Segment Open

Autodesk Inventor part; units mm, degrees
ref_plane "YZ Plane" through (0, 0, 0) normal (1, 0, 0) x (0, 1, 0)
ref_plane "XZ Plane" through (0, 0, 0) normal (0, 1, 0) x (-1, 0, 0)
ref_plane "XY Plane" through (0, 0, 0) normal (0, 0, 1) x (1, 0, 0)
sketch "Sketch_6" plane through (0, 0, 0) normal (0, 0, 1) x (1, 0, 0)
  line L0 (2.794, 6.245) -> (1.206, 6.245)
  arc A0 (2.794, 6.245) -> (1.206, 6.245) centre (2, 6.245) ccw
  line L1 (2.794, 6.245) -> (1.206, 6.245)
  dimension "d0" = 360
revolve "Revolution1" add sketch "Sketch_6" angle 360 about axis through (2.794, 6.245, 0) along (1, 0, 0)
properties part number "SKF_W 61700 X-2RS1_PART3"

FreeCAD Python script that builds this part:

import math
import FreeCAD as App
import Part
import Sketcher
Q = App.Units.Quantity

doc = App.newDocument("Part")
body = doc.addObject("PartDesign::Body", "Body")

# Sketch on XY plane
sketch1 = doc.addObject("Sketcher::SketchObject", "Sketch")
body.addObject(sketch1)
sketch1.AttachmentSupport = (doc.XY_Plane, [""])
sketch1.MapMode = "FlatFace"
sketch1.addGeometry([
    Part.LineSegment(App.Vector(1.206, 6.245, 0), App.Vector(2.794, 6.245, 0)),
    Part.ArcOfCircle(Part.Circle(App.Vector(2, 6.245, 0), App.Vector(0, 0, 1), 0.794), math.radians(0), math.radians(180)),
], False)
sketch1.addGeometry(Part.LineSegment(App.Vector(1.206, 6.245, 0), App.Vector(2.794, 6.245, 0)), True)  # axis
sketch1.addConstraint([
    Sketcher.Constraint("Coincident", 0, 1, 1, 2),
    Sketcher.Constraint("Coincident", 1, 1, 0, 2),
    Sketcher.Constraint("Horizontal", 0),
    Sketcher.Constraint("Horizontal", 2),
    Sketcher.Constraint("Coincident", 2, 1, 0, 1),
    Sketcher.Constraint("Horizontal", 1, 3, 0, 1),
    Sketcher.Constraint("Equal", 0, 2),
    Sketcher.Constraint("DistanceX", -1, 1, 1, 3, Q("2 mm")),
    Sketcher.Constraint("Radius", 1, Q("0.794 mm")),
    Sketcher.Constraint("DistanceY", -1, 1, 1, 3, Q("6.245 mm")),
])
revolution = doc.addObject("PartDesign::Revolution", "Revolution")
body.addObject(revolution)
revolution.Profile = sketch1
revolution.ReferenceAxis = (sketch1, ["Axis0"])
revolution.Angle = 360

doc.recompute()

Segment Closed

▶ What you should do
Whichever lines of the data include the word "normal", pull them out.

▶ Output for this task
ref_plane "YZ Plane" through (0, 0, 0) normal (1, 0, 0) x (0, 1, 0)
ref_plane "XZ Plane" through (0, 0, 0) normal (0, 1, 0) x (-1, 0, 0)
ref_plane "XY Plane" through (0, 0, 0) normal (0, 0, 1) x (1, 0, 0)
sketch "Sketch_6" plane through (0, 0, 0) normal (0, 0, 1) x (1, 0, 0)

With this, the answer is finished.